Japan’s economy is stumbling due to three big problems: poor trade terms, faulty inflation stats, and a weak yen.

Since the third quarter of 2020, Japan has faced nine straight quarters of worsening trade.

Import costs shot up by 60.7%, but exports only grew by 27.7%. This shook Japan’s national income, causing a 4.6% drop.

Two main reasons explain the trade woes. First, global recovery from COVID-19 and Russia’s invasion of Ukraine spiked commodity prices.

Second, the U.S. and Europe tightened their money policies, but Japan didn’t, weakening the yen.

Japan's Search for a Stable Economy. (Photo Internet reproduction)
Japan’s Search for a Stable Economy. (Photo Internet reproduction)

Still, higher interest rates abroad and a weaker yen slightly lifted Japan’s national income by 3%.

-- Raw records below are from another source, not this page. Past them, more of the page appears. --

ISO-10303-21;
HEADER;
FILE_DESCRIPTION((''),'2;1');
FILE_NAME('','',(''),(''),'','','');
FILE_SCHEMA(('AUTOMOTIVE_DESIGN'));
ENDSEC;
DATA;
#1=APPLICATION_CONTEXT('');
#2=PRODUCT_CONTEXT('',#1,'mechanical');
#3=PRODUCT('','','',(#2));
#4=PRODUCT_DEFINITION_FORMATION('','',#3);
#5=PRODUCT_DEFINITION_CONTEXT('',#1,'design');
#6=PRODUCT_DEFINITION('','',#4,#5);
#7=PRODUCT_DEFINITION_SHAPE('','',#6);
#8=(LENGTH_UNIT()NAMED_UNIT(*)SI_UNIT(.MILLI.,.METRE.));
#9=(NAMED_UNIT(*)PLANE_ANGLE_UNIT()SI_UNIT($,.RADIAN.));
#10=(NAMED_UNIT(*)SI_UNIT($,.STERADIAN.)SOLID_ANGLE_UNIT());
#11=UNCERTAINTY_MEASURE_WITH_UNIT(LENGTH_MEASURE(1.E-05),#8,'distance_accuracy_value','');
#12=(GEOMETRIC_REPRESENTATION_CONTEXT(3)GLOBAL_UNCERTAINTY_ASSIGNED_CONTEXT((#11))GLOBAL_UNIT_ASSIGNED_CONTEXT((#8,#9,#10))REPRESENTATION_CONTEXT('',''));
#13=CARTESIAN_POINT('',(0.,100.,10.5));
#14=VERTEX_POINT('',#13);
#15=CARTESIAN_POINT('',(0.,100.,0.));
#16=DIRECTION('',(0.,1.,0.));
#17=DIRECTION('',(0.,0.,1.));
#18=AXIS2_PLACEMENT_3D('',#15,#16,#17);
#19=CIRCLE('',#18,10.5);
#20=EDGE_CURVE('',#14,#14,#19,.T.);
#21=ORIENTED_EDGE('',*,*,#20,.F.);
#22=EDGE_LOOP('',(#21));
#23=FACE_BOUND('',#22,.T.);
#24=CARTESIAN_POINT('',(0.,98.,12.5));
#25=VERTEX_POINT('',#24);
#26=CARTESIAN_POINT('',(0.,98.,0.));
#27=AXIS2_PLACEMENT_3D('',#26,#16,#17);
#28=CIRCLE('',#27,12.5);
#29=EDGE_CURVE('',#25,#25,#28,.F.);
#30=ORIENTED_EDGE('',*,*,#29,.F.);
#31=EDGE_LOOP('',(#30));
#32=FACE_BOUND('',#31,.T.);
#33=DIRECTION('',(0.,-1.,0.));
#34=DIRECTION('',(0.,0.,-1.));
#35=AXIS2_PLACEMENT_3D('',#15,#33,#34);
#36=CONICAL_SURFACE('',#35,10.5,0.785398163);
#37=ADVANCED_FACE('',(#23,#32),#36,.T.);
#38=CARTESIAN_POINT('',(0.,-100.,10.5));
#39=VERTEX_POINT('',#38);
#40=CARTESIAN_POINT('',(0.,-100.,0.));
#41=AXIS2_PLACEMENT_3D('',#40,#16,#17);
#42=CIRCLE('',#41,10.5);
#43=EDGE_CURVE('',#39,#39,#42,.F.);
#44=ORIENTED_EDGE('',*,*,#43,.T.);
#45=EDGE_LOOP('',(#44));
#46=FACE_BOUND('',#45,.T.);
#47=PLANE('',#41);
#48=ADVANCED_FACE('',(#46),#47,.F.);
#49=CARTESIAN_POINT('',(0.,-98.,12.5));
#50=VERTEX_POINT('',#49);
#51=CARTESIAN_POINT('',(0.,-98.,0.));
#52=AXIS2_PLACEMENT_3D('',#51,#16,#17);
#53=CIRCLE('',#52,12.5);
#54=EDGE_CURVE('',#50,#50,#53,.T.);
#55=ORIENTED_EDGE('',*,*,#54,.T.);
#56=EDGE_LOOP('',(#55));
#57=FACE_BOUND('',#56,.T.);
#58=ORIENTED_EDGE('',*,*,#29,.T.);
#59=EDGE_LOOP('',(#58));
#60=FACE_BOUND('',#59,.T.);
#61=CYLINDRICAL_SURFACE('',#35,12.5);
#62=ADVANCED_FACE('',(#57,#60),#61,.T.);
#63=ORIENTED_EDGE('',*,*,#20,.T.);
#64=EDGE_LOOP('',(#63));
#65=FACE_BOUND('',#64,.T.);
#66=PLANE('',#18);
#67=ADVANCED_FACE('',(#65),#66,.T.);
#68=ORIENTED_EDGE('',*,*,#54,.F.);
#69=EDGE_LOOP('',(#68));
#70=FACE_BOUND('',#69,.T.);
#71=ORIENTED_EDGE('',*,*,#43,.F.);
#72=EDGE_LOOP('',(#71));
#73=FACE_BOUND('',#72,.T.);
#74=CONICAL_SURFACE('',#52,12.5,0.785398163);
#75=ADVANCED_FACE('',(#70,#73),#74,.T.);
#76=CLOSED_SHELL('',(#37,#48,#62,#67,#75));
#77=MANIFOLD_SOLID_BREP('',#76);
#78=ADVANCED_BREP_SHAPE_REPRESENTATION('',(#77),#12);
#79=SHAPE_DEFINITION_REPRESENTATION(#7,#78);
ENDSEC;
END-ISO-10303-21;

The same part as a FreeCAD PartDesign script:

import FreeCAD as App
import Part
import Sketcher

V = App.Vector


def edges_at(feature, points):
    """Names of the edges that pass closest to the given points."""
    edges = feature.Shape.Edges
    near = lambda p: min(range(len(edges)), key=lambda i: edges[i].distToShape(Part.Vertex(*p))[0])
    return sorted({f"Edge{near(p) + 1}" for p in points})

doc = App.newDocument("Part")
body = doc.addObject("PartDesign::Body", "Body")

# Sketch on XZ plane
sketch1 = body.newObject("Sketcher::SketchObject", "Sketch")
sketch1.AttachmentSupport = (doc.getObject("XZ_Plane"), [""])
sketch1.MapMode = "FlatFace"
sketch1.addGeometry(Part.Circle(V(0, 0, 0), V(0, 0, 1), 12), False)
sketch1.addConstraint(Sketcher.Constraint("Coincident", 0, 3, -1, 1))
sketch1.addConstraint(Sketcher.Constraint("Diameter", 0, 25.0))
pad1 = body.newObject("PartDesign::Pad", "Pad")
pad1.Profile = sketch1
pad1.Length = 200
pad1.Midplane = True
doc.recompute()

chamfer = body.newObject("PartDesign::Chamfer", "Chamfer")
chamfer.Base = (pad1, edges_at(pad1, [(-12.5, -100, 0), (-12.5, 100, 0)]))
chamfer.Size = 2

doc.recompute()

But there’s a catch. Japan’s recovery is lagging behind other countries. High inflation, peaking at 4.3% in January 2023, crushed consumer spending.

To help, the government gave subsidies to oil and gas companies and even stepped into currency markets in late 2022 for the first time since 1998.

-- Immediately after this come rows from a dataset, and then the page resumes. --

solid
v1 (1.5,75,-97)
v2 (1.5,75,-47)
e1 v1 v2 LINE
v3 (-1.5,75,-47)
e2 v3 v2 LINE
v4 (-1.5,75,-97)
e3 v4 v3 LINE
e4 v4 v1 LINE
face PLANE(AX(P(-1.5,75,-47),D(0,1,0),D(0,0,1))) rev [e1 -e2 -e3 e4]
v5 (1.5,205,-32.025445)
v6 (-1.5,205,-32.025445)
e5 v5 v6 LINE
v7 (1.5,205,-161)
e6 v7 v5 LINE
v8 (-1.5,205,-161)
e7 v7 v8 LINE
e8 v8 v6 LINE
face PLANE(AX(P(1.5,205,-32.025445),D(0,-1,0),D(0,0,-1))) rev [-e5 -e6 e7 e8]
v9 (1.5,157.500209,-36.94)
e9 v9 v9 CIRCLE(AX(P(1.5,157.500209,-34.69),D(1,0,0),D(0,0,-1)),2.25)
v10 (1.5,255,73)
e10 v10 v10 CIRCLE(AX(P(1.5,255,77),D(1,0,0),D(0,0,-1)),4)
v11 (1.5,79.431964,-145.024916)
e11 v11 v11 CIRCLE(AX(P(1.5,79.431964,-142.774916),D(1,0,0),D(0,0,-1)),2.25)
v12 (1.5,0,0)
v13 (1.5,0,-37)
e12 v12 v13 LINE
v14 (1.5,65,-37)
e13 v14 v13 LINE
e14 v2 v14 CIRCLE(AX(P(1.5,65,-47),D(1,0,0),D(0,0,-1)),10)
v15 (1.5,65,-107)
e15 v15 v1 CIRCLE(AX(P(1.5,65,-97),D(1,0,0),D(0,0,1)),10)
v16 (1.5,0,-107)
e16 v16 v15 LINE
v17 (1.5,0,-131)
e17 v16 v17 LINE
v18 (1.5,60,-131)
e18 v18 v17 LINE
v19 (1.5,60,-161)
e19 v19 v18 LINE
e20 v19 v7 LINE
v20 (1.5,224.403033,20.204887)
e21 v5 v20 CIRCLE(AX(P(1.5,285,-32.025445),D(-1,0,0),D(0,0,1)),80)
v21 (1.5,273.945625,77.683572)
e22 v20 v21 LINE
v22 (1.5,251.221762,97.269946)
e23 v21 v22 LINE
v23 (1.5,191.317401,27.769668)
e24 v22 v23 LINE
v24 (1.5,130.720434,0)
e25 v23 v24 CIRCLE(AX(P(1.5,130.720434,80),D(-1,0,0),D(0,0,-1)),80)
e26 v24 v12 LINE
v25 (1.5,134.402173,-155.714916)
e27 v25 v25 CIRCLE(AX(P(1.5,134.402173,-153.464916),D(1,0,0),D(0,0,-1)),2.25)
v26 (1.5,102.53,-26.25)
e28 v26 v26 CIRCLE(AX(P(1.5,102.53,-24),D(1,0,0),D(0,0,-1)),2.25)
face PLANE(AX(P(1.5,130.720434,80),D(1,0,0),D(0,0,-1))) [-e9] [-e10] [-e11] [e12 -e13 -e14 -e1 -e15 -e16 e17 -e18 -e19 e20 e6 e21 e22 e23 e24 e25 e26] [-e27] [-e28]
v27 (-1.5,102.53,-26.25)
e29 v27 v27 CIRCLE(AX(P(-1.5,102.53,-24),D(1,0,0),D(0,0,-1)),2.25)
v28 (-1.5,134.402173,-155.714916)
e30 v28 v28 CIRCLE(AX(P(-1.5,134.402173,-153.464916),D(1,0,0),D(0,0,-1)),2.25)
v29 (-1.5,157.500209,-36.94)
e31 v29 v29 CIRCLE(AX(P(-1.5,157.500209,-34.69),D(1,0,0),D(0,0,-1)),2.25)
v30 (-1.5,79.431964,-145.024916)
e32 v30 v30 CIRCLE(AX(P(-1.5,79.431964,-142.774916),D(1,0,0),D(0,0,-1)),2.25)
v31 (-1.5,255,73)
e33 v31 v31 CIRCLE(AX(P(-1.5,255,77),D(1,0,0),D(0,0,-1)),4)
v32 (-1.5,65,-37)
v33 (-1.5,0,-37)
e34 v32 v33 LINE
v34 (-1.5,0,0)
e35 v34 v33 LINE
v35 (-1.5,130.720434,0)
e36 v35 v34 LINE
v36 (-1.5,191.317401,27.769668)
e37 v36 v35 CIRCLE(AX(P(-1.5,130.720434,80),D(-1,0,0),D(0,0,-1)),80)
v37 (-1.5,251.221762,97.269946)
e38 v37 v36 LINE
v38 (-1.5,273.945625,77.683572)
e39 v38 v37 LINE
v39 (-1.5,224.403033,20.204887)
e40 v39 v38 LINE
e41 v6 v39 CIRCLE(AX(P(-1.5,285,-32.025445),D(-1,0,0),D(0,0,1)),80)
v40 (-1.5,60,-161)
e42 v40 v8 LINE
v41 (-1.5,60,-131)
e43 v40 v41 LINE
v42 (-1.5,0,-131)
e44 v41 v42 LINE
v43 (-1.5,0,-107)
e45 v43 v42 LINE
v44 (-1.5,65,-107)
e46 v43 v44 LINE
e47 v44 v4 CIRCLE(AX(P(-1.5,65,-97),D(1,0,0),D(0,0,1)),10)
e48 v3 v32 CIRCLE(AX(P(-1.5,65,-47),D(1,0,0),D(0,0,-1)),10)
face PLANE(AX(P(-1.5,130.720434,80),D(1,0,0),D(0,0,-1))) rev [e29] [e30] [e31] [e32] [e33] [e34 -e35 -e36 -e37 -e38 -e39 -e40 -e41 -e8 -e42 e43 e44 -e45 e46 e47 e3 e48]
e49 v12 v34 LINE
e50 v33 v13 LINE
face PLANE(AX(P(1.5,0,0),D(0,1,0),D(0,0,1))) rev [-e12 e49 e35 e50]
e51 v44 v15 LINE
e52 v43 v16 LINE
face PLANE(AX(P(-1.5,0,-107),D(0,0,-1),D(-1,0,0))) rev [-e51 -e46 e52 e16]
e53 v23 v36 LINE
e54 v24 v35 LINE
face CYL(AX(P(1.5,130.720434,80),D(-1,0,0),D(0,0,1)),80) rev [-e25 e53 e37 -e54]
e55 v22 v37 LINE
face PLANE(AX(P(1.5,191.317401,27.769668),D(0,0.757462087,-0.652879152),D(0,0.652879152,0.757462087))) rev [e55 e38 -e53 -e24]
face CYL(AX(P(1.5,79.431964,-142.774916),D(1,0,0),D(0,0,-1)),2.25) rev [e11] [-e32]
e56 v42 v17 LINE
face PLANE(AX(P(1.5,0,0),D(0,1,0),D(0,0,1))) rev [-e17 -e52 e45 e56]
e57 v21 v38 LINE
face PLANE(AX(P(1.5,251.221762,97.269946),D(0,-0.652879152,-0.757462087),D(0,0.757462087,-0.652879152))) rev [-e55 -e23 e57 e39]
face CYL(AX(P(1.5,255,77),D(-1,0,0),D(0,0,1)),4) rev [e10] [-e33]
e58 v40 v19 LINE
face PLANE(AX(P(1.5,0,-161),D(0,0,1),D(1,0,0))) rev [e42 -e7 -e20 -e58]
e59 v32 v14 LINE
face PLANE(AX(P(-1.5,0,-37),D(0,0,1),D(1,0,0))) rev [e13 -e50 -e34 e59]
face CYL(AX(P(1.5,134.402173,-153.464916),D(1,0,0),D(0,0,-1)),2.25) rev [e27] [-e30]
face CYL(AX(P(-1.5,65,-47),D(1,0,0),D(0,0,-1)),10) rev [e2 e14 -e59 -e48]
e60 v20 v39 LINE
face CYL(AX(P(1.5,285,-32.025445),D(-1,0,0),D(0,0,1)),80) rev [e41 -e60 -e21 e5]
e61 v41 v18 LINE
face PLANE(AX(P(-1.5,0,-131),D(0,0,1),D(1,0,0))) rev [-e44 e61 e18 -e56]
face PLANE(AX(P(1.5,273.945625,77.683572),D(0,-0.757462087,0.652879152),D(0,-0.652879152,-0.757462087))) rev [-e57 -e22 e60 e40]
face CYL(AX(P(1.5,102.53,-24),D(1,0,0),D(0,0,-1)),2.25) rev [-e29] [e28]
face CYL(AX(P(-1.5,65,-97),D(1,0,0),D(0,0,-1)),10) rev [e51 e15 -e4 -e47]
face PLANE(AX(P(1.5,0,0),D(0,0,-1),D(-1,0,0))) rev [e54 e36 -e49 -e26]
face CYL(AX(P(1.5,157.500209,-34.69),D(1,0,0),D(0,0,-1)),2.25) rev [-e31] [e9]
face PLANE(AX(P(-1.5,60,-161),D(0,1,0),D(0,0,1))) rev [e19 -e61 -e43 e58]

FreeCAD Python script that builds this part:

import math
import FreeCAD as App
import Part
import Sketcher
from FreeCAD import Vector
Q = App.Units.Quantity


def add_polygon(sketch, points):
    """Adds a closed chain of lines whose ends are joined by coincident constraints."""
    first, n = sketch.GeometryCount, len(points)
    for a, b in zip(points, points[1:] + points[:1]):
        sketch.addGeometry(Part.LineSegment(App.Vector(*a, 0), App.Vector(*b, 0)), False)
    for i in range(n):
        sketch.addConstraint(Sketcher.Constraint("Coincident", first + i, 2, first + (i + 1) % n, 1))

doc = App.newDocument("Part")
body = doc.addObject("PartDesign::Body", "Body")

# Sketch on YZ plane
sketch1 = body.newObject("Sketcher::SketchObject", "Sketch")
sketch1.AttachmentSupport = (doc.getObject("YZ_Plane"), [""])
sketch1.MapMode = "FlatFace"
sketch1.addGeometry(Part.LineSegment(Vector(251.221762, 97.269946, 0), Vector(191.317401, 27.769668, 0)), False)
sketch1.addGeometry(Part.ArcOfCircle(Part.Circle(Vector(130.720434, 80, 0), Vector(0, 0, 1), 80), math.radians(-90), math.radians(-40.759031)), False)
sketch1.addGeometry(Part.LineSegment(Vector(130.720434, 0, 0), Vector(0, 0, 0)), False)
sketch1.addGeometry(Part.LineSegment(Vector(0, 0, 0), Vector(0, -161, 0)), False)
sketch1.addGeometry(Part.LineSegment(Vector(0, -161, 0), Vector(205, -161, 0)), False)
sketch1.addGeometry(Part.LineSegment(Vector(205, -161, 0), Vector(205, -32.025445, 0)), False)
sketch1.addGeometry(Part.ArcOfCircle(Part.Circle(Vector(285, -32.025445, 0), Vector(0, 0, 1), 80), math.radians(139.240969), math.radians(180)), False)
sketch1.addGeometry(Part.LineSegment(Vector(224.403033, 20.204887, 0), Vector(273.945625, 77.683572, 0)), False)
sketch1.addGeometry(Part.LineSegment(Vector(273.945625, 77.683572, 0), Vector(251.221762, 97.269946, 0)), False)
sketch1.addGeometry(Part.Circle(Vector(255, 77, 0), Vector(0, 0, 1), 4), False)
sketch1.addConstraint(Sketcher.Constraint("Tangent", 0, 2, 1, 2))
sketch1.addConstraint(Sketcher.Constraint("Tangent", 1, 1, 2, 1))
sketch1.addConstraint(Sketcher.Constraint("Coincident", 2, 2, 3, 1))
sketch1.addConstraint(Sketcher.Constraint("Coincident", 3, 2, 4, 1))
sketch1.addConstraint(Sketcher.Constraint("Coincident", 4, 2, 5, 1))
sketch1.addConstraint(Sketcher.Constraint("Tangent", 5, 2, 6, 2))
sketch1.addConstraint(Sketcher.Constraint("Tangent", 6, 1, 7, 1))
sketch1.addConstraint(Sketcher.Constraint("Coincident", 7, 2, 8, 1))
sketch1.addConstraint(Sketcher.Constraint("Coincident", 8, 2, 0, 1))
sketch1.addConstraint(Sketcher.Constraint("Horizontal", 2))
sketch1.addConstraint(Sketcher.Constraint("Vertical", 3))
sketch1.addConstraint(Sketcher.Constraint("Horizontal", 4))
sketch1.addConstraint(Sketcher.Constraint("Vertical", 5))
sketch1.addConstraint(Sketcher.Constraint("Coincident", 2, 2, -1, 1))
sketch1.addConstraint(Sketcher.Constraint("Equal", 1, 6))
sketch1.addConstraint(Sketcher.Constraint("Parallel", 0, 7))
sketch1.addConstraint(Sketcher.Constraint("Perpendicular", 7, 8))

Yet another issue exists. Official inflation numbers don’t seem accurate. Alternative calculations suggest real inflation is higher.

For example, a Bank of Japan survey showed people feel prices are rising much faster. In June, the public perceived inflation at a startling 14.7%, way above the official rate.

So what’s the impact? Inaccurate inflation numbers confuse policymakers and businesses alike.

This makes planning hard and raises doubts about the government’s emergency steps. As a result, much-needed, long-term economic reforms are still on hold.

In simple terms, Japan faces a tough economic puzzle.

It has to fix bad trade, get real about inflation, and stabilize its currency. With the world changing fast, acting now is more important than ever.